宋画里的“王孙美学”(2)
2024-06-16 来源:飞速影视
用今天的眼光来看,宋代科举制平民化的仪式,具有后现代的意味,它冲淡了魏晋隋唐以来世家大族以及军功贵族政治的诗歌体,随之而来的社会风气就像很接地气的宋词白话体了。
虽然,科举制创始于隋唐,但因九品中正制的门第遗续,很难真正面向寒门开放。宋代则完全不同,自太祖“杯酒释兵权”为宋朝文人政治定调以后,科举考试全面向寒门敞开,培养大量文人参政议政,形成以士人为主体的中产阶级,不光有足够的基数,还表现了“共同体”存在的质量;除了“修齐治平”赋予他们的家国传统语境之外,他们还要争得表达个体意志的话语权,一个新兴的拥有精神内涵的阶层正在崛起。他们以文艺复兴的方式,在绘画领域首先实现了审美话语权。他们制定评估标准,主导审美意趣,创造艺术潮流,转动文明风向标等等,因此,发生在中国11世纪的绘画“写意”运动,不仅仅是从晋唐以来皴染绘画技法的探索,更为深层的意义是强调个体的独立意志以及自我意识的表达。自苏、米等西园十六士发起画坛上的“写意”运动以后,北宋士大夫在绘画艺术上的话语分量,很快飚出一个流派。
中国历史上如果说有一个文人政治的好时代,那就应该是宋代了,它至少实验并实现了文人政治。南宋遭灭朝重创,那种以苏东坡为代表的士阶层被打散,被打懵的画家们,重又回到宫廷的庇护下,重拾“待诏”身份以及接受命题作画的画匠节奏。不过,作为精神楷模,士人“人格共同体”的影响深远,毕竟北宋未远,南宋遗韵犹浓,谁接受了这一影响,谁的自我完成就更为出色,比如梁楷。

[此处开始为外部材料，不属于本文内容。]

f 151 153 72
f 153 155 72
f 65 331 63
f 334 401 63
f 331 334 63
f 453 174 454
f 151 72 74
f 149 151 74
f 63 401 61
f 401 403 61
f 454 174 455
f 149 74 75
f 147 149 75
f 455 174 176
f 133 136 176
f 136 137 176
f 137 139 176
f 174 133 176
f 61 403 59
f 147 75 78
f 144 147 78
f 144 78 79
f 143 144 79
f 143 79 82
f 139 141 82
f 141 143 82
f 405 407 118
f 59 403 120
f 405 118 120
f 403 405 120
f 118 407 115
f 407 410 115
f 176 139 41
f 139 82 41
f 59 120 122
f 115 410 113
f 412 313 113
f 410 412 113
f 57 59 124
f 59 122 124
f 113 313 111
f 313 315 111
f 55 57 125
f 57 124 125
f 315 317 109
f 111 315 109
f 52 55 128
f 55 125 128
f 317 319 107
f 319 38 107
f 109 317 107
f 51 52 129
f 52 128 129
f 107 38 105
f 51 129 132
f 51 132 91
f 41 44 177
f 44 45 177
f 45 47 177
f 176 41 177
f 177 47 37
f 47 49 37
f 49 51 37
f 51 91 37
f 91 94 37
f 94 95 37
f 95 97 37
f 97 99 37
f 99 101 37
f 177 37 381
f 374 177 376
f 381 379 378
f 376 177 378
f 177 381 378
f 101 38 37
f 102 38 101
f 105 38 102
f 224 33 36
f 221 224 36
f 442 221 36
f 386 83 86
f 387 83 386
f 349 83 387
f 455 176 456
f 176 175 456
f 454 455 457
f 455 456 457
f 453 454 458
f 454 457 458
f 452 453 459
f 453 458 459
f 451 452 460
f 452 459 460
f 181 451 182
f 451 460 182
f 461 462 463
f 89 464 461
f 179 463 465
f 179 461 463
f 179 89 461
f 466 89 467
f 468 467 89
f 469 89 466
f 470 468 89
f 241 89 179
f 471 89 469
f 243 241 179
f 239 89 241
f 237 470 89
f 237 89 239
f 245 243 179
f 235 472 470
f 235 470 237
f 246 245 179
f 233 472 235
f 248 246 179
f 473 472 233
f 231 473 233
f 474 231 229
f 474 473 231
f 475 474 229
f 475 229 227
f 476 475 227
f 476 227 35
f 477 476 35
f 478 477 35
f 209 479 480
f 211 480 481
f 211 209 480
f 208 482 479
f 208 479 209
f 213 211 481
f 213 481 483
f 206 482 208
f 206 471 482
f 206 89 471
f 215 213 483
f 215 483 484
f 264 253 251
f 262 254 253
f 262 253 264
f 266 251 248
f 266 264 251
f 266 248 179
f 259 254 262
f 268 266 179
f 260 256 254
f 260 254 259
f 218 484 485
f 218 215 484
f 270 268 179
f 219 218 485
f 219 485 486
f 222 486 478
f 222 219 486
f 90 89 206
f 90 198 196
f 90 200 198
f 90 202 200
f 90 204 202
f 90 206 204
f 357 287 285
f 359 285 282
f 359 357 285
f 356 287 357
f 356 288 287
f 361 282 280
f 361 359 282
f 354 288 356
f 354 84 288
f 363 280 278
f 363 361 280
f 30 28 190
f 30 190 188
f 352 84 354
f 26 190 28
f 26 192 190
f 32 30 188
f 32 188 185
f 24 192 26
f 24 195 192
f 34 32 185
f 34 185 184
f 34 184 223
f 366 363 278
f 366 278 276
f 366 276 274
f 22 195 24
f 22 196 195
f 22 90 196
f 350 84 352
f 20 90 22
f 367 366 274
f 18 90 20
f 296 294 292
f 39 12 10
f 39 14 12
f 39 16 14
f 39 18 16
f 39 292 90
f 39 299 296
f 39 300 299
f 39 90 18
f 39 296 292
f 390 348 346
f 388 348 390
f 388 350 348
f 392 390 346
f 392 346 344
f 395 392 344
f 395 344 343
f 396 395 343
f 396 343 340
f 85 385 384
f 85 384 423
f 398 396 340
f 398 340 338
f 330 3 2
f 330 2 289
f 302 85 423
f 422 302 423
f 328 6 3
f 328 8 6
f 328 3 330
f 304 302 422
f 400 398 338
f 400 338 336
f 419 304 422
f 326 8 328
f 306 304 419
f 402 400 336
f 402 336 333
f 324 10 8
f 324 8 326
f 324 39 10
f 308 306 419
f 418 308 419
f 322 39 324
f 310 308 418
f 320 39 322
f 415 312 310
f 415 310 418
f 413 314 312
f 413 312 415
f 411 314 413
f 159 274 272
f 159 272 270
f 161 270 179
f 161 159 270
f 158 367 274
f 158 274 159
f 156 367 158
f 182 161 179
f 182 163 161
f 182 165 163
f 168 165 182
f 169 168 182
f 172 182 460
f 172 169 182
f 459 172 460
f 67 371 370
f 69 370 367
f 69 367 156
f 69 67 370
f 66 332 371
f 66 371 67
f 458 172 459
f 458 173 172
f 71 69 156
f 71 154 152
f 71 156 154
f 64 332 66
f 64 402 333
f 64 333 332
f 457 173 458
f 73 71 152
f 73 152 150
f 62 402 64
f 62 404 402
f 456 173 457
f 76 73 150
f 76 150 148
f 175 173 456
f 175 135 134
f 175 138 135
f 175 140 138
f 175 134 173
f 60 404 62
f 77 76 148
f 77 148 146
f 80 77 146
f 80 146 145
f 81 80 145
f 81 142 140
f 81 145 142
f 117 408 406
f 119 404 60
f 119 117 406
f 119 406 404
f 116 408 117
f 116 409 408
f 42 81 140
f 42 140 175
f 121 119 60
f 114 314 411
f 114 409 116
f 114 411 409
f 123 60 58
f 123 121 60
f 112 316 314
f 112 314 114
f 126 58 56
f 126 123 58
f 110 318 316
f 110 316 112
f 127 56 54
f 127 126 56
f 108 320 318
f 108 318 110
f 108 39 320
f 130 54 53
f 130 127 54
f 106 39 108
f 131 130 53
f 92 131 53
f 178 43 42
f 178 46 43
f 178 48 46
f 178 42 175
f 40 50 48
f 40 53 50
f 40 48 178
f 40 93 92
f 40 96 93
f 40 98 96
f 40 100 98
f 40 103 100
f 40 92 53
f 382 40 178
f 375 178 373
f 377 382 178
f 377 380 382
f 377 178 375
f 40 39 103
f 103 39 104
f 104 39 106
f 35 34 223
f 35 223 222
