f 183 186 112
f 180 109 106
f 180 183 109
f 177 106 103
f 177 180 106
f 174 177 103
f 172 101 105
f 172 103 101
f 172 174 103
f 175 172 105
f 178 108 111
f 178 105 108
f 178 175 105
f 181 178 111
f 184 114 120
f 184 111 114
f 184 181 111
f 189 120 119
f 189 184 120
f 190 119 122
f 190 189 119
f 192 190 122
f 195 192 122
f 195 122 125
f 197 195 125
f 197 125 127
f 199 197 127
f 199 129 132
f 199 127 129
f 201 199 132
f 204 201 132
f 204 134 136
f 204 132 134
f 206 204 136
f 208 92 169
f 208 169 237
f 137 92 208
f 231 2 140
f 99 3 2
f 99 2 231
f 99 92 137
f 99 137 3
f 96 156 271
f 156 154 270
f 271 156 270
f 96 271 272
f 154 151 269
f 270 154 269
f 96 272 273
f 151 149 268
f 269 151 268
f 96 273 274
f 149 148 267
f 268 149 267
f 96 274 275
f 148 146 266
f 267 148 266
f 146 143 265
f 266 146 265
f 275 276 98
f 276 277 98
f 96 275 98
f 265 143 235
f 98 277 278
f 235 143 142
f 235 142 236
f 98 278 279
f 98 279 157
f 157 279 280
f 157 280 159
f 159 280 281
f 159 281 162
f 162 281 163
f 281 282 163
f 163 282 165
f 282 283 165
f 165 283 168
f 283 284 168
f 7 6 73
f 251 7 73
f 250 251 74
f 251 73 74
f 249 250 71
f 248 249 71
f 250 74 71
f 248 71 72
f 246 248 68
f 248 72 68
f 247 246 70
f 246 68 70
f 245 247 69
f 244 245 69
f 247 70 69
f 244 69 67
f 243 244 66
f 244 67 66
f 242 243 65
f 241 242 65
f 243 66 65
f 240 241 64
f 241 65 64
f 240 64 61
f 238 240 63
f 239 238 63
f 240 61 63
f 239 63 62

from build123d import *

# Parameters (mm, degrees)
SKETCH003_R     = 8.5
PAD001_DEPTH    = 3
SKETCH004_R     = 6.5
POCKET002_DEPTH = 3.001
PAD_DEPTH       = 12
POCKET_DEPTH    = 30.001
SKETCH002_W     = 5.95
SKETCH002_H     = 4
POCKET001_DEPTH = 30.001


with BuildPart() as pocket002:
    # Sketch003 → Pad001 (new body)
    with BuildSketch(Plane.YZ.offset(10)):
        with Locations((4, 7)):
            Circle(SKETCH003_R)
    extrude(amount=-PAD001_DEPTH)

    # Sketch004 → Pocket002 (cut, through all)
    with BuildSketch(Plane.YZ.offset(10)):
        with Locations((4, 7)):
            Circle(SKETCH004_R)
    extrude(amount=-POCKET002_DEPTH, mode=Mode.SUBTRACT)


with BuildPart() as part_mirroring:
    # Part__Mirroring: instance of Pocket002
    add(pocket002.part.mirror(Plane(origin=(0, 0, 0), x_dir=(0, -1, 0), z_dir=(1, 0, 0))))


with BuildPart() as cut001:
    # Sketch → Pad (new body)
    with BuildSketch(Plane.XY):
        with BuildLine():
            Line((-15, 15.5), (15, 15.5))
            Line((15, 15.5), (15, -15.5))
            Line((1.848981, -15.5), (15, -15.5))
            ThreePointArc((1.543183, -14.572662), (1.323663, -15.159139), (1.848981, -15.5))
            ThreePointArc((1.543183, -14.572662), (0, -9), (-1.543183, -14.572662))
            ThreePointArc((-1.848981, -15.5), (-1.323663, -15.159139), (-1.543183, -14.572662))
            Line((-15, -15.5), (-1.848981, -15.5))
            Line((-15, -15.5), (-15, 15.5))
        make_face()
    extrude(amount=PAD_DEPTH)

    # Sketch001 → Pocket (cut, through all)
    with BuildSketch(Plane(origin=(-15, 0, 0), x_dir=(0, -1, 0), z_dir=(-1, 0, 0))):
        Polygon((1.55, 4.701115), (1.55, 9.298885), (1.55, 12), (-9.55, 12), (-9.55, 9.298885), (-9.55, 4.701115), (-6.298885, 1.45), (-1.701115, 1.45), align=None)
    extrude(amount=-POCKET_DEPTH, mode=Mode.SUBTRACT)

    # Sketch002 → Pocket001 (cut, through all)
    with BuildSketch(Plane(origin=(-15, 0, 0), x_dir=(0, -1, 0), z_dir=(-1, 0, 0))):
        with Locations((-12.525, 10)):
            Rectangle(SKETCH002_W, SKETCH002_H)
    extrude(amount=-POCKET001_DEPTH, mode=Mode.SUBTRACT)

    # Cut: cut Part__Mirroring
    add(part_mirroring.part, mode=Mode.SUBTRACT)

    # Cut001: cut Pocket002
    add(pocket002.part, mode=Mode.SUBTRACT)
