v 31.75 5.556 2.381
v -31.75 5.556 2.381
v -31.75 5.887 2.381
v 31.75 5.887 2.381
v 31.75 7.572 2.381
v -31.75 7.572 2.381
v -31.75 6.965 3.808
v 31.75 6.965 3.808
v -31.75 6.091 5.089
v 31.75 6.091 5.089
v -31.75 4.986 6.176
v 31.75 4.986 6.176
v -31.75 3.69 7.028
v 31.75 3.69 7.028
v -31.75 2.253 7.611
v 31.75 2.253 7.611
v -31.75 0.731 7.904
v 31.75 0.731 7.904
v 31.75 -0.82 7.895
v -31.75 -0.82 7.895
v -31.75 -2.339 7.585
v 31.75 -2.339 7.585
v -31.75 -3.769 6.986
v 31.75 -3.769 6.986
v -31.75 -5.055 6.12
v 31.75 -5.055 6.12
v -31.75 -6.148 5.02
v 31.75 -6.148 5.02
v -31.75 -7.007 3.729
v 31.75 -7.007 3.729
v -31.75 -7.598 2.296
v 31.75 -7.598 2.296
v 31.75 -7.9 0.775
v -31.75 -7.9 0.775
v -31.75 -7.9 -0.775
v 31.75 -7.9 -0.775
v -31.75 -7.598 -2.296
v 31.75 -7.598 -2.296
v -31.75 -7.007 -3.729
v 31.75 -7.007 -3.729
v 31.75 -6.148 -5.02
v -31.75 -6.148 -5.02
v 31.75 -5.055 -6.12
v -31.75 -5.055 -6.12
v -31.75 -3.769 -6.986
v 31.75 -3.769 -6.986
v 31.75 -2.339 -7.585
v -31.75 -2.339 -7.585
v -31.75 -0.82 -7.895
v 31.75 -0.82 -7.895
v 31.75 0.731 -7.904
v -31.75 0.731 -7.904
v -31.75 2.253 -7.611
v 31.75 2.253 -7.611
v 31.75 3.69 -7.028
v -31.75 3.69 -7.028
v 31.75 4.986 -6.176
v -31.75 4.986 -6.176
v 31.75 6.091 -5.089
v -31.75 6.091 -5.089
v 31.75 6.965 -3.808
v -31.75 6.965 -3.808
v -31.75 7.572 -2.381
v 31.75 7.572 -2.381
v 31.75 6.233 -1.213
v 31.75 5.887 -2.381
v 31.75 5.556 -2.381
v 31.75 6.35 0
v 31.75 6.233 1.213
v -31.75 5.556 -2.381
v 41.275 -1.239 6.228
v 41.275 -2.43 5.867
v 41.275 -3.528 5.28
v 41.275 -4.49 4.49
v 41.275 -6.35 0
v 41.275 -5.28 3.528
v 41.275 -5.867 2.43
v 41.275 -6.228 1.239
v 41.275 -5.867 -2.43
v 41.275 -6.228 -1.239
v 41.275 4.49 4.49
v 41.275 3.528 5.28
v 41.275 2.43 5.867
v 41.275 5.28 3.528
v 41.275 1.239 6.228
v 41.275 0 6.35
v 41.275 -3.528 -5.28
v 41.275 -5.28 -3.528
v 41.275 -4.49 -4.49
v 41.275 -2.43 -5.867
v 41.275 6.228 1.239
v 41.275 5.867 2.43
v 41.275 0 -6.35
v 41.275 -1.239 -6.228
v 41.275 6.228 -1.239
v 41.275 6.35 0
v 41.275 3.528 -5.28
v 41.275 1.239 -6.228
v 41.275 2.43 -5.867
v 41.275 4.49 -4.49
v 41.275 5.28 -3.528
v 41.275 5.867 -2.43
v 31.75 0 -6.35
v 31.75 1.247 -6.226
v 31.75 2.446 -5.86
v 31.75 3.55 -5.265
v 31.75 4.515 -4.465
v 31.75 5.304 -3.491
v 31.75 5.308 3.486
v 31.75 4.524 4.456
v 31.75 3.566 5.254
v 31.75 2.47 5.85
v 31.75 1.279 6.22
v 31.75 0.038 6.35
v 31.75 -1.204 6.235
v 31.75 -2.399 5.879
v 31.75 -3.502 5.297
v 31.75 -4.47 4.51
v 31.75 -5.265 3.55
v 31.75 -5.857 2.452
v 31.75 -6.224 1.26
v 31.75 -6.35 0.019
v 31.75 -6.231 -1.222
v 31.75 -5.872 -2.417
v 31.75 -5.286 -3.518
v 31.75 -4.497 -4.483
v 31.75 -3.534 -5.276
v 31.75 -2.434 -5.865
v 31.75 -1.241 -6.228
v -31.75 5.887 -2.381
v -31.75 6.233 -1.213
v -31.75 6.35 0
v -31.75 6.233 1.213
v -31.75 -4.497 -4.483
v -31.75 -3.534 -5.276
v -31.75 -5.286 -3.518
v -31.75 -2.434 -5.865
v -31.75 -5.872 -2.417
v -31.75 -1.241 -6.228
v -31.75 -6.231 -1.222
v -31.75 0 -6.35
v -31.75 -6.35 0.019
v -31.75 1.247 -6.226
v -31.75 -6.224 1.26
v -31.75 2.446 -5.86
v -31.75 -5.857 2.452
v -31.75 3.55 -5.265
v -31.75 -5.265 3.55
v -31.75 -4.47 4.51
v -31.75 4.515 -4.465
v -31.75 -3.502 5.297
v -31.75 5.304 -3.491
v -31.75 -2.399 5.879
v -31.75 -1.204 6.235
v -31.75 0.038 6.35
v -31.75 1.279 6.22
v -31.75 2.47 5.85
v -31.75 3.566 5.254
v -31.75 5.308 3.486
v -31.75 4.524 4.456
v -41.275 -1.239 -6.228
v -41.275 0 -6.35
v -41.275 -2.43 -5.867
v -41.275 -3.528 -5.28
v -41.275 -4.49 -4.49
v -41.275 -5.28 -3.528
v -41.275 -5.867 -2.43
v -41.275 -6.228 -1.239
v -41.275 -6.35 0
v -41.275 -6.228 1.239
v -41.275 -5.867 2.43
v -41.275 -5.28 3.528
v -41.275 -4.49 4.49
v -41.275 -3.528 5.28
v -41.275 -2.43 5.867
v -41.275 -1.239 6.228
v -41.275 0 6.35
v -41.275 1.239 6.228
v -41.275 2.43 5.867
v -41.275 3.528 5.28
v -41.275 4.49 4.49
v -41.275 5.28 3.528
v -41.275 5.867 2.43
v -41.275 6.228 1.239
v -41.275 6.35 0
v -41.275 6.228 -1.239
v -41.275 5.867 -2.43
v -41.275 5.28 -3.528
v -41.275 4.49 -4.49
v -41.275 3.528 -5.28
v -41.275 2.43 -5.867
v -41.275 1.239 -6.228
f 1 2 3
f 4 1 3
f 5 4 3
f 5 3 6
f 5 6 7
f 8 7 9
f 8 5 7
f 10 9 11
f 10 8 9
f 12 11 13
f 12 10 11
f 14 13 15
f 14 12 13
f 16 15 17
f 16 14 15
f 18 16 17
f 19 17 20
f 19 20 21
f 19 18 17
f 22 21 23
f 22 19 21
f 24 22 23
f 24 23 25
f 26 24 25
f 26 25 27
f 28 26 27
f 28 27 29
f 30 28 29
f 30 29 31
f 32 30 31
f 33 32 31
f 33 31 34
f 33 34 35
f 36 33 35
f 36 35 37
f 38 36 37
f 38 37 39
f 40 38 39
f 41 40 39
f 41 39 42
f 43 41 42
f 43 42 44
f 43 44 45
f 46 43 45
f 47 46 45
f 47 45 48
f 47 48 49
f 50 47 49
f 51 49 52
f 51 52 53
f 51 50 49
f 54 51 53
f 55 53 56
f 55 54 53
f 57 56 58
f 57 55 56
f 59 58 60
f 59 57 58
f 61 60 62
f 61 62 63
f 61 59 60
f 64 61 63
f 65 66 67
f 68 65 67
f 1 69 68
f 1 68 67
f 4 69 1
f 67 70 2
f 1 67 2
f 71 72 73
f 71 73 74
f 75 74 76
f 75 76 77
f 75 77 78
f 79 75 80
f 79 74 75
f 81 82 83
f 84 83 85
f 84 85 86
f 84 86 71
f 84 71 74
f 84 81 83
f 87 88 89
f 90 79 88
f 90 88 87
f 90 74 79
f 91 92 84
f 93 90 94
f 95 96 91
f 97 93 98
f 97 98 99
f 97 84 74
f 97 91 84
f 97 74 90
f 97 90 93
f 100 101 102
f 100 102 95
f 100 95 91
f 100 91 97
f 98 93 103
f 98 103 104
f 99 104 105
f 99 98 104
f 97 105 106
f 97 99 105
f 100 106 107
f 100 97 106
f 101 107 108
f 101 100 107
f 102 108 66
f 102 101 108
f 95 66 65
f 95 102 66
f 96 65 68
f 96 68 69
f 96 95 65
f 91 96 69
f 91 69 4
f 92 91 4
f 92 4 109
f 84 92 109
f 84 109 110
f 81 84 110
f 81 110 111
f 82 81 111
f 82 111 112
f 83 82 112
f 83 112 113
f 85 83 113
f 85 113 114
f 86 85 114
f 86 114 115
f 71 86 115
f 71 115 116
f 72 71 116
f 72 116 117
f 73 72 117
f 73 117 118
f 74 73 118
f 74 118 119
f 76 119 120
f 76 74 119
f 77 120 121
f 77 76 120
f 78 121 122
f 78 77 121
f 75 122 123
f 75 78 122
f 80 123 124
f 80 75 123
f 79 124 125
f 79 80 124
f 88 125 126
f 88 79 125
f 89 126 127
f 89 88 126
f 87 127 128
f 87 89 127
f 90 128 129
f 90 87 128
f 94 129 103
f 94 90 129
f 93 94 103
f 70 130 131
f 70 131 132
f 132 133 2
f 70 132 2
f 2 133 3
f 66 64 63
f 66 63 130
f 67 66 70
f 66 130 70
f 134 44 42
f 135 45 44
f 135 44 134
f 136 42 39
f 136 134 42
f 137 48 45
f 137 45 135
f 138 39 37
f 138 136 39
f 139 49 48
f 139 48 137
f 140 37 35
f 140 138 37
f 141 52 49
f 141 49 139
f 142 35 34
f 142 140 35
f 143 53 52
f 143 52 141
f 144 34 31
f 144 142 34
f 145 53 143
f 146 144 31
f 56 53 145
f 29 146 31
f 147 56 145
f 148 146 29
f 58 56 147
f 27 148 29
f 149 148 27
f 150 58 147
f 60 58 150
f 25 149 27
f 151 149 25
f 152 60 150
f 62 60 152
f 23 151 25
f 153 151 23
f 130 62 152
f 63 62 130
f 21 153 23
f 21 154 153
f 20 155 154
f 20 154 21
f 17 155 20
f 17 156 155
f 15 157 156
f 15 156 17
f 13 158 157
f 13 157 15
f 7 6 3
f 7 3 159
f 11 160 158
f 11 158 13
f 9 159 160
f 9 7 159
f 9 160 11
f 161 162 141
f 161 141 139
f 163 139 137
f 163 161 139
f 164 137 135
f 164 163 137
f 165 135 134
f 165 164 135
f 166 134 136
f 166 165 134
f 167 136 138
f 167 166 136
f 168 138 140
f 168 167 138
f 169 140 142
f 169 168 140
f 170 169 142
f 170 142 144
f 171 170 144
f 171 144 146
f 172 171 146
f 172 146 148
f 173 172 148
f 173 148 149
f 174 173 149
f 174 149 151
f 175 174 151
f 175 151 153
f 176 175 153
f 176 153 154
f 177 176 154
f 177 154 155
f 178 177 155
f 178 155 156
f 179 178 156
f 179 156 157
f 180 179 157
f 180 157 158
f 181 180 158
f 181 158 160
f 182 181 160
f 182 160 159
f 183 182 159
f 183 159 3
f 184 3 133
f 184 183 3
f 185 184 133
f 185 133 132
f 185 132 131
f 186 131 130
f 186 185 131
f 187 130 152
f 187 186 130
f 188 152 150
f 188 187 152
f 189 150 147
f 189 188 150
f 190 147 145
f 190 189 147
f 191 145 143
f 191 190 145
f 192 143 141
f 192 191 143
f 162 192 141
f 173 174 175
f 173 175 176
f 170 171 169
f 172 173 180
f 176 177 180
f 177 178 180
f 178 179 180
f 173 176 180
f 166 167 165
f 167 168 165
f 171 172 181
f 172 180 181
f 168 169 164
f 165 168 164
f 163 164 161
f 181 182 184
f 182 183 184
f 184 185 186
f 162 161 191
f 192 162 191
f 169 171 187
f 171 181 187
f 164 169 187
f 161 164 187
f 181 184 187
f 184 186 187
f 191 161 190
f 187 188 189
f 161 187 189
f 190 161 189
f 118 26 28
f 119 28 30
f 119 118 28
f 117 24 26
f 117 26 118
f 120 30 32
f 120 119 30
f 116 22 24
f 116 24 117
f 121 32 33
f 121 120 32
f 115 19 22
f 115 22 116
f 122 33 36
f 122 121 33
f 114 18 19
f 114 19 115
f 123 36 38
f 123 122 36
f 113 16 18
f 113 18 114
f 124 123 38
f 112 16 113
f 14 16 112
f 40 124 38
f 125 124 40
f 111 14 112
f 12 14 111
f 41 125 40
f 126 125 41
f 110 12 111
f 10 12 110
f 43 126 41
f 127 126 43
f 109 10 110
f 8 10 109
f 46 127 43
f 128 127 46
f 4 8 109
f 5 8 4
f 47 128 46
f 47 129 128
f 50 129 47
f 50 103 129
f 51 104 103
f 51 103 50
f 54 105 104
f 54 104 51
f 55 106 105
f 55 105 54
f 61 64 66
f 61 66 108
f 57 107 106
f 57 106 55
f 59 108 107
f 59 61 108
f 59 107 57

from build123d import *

# Parameters (mm, degrees)
SKETCH1_R           = 7.9375
BOSS_EXTRUDE1_DEPTH = 41.275
SKETCH4_OUTSIDE_W   = 34.984
SKETCH4_OUTSIDE_H   = 34.984
SKETCH4_OUTSIDE_R   = 6.35
CUT_EXTRUDE1_DEPTH  = 9.525
SKETCH5_OUTSIDE_W   = 34.984
SKETCH5_OUTSIDE_H   = 34.984
SKETCH5_OUTSIDE_R   = 6.35
CUT_EXTRUDE2_DEPTH  = 9.525
CUT_EXTRUDE3_DEPTH  = 63.5


with BuildPart() as part:
    # Sketch1 → Boss-Extrude1 (new body, symmetric)
    with BuildSketch(Plane(origin=(0, 0, 0), x_dir=(0, 0, -1), z_dir=(1, 0, 0))):
        Circle(SKETCH1_R)
    extrude(amount=BOSS_EXTRUDE1_DEPTH, both=True)

    # Sketch4 outside → Cut-Extrude1 (cut)
    with BuildSketch(Plane(origin=(41.275, 0, 0), x_dir=(0, 0, -1), z_dir=(1, 0, 0))):
        Rectangle(SKETCH4_OUTSIDE_W, SKETCH4_OUTSIDE_H)
        Circle(SKETCH4_OUTSIDE_R, mode=Mode.SUBTRACT)
    extrude(amount=-CUT_EXTRUDE1_DEPTH, mode=Mode.SUBTRACT)

    # Sketch5 outside → Cut-Extrude2 (cut)
    with BuildSketch(Plane.ZY.offset(41.275)):
        Rectangle(SKETCH5_OUTSIDE_W, SKETCH5_OUTSIDE_H)
        with Locations(Location((0, 0, 0), (0, 0, 180))):  # turned: the seam where the file's is
            Circle(SKETCH5_OUTSIDE_R, mode=Mode.SUBTRACT)
    extrude(amount=-CUT_EXTRUDE2_DEPTH, mode=Mode.SUBTRACT)

    # Sketch7 → Cut-Extrude3 (cut)
    with BuildSketch(Plane.ZY.offset(31.75)):
        with BuildLine():
            Line((0, 5.55625), (2.38125, 5.55625))
            Line((2.38125, 5.55625), (2.38125, 7.571892411))
            ThreePointArc((2.38125, 7.571892411), (0, 7.9375), (-2.38125, 7.571892411))
            Line((-2.38125, 7.571892411), (-2.38125, 5.55625))
            Line((-2.38125, 5.55625), (0, 5.55625))
        make_face()
    extrude(amount=-CUT_EXTRUDE3_DEPTH, mode=Mode.SUBTRACT)


solid = part.part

北宋的风气,塑造了苏东坡可供审美的人格样式,以他为精神领袖,才有“人格共同体”的聚玉成璧。元丰年间虽党争激烈,但少有突破人格底线以至于肉体消灭的反人类行为,反而在惊涛浮沉之后,再现了抛却分歧的彼此审美。“从公已觉十年迟”,便是苏东坡发自肺腑地审美王安石。作为宋代士人“人格共同体”的象征和凝聚力的源泉,苏东坡的人格被普世化为共同体的“人格”底线,他的人格影响力,提斯了整个中产阶级的道德标准与格调,赢得普世的击掌。
王安石逝世,哲宗命苏东坡代写悼文,也代表了一种倾向性,表明宋代社会对士人“人格共同体”的普遍认同与拥趸,以至于被后世盛赞的“宋代士人社会”,也多半来自士人“人格共同体”的启示。
这是一份历史启示录,启示我们更多关注士人社会或士人在社会中的地位,并非仅仅取决于顶层设计的宽容与雅量,而是士人“人格共同体”的自塑能力。一个健康或健全的社会,需要“人格共同体”的引领,作为社会的中间阶层或中产阶级,如果没有负责任的塑造一个“人格共同体”,只是单纯地追求话语权以及用话语权实现各自的功利诉求,却缺乏人格建设作为底线的保证的话,那么当这一庞大的精神体面对社会伦理缺失的同时,也会碎片化为人性的散落姿态,而被社会抛弃在无底线上。